▸ Activity
The stretch from the line with "v 26.22 7.799 0" through the line with "v -19.73 -23.905 0" in the records below: write it out exactly, and nothing else.
= = =
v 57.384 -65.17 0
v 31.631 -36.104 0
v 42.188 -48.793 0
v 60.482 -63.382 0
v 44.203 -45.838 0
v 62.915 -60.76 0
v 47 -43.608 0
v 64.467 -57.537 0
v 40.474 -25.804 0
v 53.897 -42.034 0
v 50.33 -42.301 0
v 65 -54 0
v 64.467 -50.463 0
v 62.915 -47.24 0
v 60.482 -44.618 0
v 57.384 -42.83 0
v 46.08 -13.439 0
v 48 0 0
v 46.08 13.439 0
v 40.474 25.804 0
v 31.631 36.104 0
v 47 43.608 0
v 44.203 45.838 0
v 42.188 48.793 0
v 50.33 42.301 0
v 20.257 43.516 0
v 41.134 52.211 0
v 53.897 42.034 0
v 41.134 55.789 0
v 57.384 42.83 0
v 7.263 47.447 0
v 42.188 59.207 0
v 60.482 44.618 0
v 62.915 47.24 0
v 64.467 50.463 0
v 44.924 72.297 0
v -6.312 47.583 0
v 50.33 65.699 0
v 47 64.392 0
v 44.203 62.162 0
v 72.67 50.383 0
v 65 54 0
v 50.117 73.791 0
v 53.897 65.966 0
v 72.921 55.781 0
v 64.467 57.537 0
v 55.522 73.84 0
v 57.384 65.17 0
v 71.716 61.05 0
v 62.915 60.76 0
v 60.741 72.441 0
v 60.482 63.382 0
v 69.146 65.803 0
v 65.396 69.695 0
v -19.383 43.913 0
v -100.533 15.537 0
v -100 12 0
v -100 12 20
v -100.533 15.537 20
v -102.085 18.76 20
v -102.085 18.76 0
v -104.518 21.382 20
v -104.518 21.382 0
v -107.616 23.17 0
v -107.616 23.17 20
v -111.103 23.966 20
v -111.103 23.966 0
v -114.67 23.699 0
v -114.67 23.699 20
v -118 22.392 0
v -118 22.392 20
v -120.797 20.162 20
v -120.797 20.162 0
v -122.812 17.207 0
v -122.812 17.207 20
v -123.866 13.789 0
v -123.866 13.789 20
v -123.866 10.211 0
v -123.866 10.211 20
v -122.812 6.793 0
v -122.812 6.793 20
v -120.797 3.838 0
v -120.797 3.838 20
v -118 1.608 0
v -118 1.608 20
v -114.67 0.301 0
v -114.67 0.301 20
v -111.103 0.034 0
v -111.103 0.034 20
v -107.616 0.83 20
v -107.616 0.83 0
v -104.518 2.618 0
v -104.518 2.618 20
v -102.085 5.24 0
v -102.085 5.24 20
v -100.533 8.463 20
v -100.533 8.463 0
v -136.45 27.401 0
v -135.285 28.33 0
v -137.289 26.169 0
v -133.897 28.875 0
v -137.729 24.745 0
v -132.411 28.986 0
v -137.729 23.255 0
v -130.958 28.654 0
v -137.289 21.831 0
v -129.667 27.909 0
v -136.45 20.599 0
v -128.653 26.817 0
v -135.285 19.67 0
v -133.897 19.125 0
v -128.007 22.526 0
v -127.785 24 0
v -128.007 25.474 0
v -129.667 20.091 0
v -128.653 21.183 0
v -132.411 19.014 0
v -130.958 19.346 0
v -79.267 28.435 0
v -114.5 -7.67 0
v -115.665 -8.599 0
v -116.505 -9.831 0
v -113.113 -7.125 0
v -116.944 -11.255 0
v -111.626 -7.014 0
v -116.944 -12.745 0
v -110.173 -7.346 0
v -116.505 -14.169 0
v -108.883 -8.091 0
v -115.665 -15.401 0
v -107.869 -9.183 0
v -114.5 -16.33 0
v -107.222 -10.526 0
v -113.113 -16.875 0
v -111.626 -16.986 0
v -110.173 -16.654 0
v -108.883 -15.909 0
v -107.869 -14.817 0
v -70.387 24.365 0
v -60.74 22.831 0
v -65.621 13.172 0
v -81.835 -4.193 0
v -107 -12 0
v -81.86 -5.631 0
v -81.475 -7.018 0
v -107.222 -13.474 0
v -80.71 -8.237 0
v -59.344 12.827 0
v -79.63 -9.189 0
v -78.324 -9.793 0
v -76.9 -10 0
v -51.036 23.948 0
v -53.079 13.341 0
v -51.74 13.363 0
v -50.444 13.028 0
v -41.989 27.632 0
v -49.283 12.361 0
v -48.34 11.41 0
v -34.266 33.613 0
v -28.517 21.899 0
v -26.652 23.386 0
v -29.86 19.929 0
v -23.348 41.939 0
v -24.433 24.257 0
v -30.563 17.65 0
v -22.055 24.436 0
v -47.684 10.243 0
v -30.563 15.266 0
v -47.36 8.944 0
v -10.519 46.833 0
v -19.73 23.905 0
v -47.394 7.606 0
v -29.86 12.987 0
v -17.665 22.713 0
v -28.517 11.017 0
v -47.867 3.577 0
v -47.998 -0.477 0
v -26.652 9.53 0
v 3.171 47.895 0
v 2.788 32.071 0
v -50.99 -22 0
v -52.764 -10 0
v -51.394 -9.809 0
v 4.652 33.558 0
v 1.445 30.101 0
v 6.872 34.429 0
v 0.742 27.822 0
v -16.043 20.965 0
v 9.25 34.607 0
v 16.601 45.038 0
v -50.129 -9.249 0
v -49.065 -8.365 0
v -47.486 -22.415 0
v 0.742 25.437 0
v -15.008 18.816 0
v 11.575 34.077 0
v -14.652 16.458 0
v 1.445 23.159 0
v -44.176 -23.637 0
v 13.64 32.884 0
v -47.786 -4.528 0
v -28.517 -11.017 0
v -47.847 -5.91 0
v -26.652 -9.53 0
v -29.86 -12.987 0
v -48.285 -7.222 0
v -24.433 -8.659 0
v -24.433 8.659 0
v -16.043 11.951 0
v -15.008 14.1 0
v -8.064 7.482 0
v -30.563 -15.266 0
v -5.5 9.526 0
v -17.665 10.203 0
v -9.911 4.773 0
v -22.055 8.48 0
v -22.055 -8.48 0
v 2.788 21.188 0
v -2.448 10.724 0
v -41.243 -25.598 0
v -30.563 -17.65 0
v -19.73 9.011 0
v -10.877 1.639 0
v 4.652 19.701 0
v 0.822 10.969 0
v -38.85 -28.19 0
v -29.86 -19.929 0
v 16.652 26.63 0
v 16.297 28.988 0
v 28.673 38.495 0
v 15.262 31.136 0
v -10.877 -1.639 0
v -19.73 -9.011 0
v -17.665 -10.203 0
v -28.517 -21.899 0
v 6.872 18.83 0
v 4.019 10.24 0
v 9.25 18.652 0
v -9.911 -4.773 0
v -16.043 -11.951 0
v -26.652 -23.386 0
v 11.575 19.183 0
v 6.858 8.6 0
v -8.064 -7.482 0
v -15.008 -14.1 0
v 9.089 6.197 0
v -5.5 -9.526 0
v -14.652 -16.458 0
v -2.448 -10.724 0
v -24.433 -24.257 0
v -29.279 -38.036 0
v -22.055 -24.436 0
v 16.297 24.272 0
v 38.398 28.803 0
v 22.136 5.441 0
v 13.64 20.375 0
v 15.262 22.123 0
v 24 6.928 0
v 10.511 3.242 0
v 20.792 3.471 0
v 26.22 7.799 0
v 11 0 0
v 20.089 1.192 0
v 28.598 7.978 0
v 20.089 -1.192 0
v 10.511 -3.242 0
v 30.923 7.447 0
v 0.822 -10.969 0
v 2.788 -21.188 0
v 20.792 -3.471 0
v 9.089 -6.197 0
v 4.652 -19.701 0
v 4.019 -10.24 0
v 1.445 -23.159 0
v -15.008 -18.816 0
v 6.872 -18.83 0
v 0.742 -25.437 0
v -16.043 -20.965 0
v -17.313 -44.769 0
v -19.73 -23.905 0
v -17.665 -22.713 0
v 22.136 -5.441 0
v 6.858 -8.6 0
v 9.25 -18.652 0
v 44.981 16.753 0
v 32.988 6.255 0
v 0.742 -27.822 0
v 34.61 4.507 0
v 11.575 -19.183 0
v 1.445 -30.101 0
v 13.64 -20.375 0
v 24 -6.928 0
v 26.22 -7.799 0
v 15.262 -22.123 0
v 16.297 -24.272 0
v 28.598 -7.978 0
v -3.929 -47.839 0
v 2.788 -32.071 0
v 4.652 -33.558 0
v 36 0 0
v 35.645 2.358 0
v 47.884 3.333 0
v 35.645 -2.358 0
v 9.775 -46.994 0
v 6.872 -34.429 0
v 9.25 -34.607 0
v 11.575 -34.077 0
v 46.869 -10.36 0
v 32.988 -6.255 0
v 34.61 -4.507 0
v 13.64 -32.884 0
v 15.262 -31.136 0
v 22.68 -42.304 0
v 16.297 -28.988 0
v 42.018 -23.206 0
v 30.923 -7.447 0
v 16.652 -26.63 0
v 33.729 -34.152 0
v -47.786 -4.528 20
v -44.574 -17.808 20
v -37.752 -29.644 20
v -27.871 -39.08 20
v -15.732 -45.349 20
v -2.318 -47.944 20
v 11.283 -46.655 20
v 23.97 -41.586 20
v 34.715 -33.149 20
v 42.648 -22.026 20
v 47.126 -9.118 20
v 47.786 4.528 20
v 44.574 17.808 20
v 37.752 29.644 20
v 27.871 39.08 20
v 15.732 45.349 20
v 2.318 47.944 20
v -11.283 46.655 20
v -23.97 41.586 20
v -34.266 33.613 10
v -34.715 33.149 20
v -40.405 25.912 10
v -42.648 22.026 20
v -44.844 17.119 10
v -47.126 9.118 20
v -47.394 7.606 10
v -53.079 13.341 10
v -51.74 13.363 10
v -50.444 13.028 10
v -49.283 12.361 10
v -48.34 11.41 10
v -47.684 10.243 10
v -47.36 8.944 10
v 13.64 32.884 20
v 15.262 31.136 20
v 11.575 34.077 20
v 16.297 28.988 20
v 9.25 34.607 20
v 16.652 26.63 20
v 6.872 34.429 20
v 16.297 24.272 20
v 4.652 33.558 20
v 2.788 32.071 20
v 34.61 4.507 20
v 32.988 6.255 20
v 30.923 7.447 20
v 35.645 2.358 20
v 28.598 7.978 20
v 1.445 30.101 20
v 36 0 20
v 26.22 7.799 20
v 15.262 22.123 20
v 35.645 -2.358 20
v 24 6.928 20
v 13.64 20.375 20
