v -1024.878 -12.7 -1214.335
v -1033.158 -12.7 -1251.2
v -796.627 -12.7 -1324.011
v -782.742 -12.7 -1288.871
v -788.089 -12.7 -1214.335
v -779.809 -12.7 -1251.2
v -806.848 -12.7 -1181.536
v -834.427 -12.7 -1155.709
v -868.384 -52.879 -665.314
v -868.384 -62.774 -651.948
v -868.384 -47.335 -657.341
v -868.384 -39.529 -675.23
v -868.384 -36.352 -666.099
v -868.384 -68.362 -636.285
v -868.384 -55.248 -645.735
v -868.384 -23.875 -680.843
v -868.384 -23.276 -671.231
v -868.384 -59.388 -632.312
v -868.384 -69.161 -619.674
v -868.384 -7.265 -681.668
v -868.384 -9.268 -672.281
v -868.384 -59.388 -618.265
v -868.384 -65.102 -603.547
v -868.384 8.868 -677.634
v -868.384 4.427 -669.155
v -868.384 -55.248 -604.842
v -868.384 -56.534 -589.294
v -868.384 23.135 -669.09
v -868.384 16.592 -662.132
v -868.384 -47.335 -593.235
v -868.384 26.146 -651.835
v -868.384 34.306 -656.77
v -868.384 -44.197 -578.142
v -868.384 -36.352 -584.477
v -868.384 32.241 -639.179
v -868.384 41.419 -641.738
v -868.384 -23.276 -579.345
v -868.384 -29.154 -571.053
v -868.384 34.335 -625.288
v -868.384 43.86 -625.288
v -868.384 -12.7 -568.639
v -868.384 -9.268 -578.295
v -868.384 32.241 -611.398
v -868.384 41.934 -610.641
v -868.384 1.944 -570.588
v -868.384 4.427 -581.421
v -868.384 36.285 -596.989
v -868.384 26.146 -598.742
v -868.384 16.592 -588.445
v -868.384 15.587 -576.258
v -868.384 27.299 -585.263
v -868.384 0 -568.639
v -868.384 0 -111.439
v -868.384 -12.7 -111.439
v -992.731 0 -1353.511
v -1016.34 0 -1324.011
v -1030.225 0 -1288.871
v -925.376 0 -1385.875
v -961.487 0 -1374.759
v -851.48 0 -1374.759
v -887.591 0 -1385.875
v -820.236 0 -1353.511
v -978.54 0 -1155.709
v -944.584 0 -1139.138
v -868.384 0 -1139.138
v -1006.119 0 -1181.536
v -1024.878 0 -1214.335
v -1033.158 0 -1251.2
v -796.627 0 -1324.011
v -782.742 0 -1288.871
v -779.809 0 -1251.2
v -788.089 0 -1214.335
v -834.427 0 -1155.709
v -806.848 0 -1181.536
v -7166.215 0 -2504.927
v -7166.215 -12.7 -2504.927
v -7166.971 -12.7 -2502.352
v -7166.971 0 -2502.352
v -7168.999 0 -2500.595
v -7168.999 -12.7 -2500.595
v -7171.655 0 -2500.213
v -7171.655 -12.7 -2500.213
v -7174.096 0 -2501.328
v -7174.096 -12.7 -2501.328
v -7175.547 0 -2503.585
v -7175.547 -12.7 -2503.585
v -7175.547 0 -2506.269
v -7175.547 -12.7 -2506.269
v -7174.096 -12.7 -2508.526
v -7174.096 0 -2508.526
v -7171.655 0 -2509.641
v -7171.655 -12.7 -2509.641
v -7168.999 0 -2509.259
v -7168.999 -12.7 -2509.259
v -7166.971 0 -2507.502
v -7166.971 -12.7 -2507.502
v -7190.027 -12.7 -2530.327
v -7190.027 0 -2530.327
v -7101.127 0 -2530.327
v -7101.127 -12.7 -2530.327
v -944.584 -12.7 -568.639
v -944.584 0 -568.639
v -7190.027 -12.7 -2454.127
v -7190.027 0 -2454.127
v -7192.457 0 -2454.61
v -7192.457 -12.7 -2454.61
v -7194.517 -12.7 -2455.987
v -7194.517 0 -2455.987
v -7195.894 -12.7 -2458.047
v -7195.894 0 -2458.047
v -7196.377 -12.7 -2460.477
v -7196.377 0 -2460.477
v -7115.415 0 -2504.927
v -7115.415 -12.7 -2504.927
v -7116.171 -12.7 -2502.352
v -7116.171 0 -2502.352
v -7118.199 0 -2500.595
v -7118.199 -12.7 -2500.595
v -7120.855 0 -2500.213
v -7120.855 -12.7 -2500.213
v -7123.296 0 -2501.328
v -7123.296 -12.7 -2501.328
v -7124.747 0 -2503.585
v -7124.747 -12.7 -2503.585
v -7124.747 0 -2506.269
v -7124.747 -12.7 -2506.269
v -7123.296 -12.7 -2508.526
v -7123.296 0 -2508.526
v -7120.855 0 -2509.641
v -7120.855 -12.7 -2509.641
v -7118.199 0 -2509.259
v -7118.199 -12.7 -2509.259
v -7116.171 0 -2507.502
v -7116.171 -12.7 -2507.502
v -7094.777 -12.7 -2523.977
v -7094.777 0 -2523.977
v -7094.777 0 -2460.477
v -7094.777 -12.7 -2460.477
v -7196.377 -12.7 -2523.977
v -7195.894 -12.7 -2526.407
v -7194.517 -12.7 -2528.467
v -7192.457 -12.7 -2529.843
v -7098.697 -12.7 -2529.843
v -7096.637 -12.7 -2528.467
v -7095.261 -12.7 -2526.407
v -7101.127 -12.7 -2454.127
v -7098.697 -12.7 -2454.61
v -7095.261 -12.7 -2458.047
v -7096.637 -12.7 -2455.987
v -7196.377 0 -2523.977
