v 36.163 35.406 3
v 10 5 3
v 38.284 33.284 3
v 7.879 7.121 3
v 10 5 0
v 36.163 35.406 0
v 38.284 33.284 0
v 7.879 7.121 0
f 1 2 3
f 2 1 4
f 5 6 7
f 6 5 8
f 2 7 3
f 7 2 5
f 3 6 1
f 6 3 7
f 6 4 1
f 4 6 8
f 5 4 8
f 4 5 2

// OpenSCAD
// nicescad truss bridge example
// see https://wiki.bitplan.com/index.php/Creating_a_Model_Truss_Bridget_with_AI
// WF 2025-06-14
// Prompt: "Create an OpenSCAD module named beamAt that places a cube beam at a specified 3D position, applies a 3D rotation, and uses given dimensions. Add an example usage rotating the beam 45 degrees around the Z-axis."
module beamAt(position, rotation, dimensions) {
  translate(position)
    rotate(rotation)
      cube(dimensions);
}

// example usage
beamAt([10, 5, 0], [0, 0, 45], [40, 3, 3]);  // beam at position, rotated 45° on Z-axis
= = =
▸ Solution to this task
v 26.22 7.799 0
v 11 0 0
v 20.089 1.192 0
v 28.598 7.978 0
v 20.089 -1.192 0
v 10.511 -3.242 0
v 30.923 7.447 0
v 0.822 -10.969 0
v 2.788 -21.188 0
v 20.792 -3.471 0
v 9.089 -6.197 0
v 4.652 -19.701 0
v 4.019 -10.24 0
v 1.445 -23.159 0
v -15.008 -18.816 0
v 6.872 -18.83 0
v 0.742 -25.437 0
v -16.043 -20.965 0
v -17.313 -44.769 0
v -19.73 -23.905 0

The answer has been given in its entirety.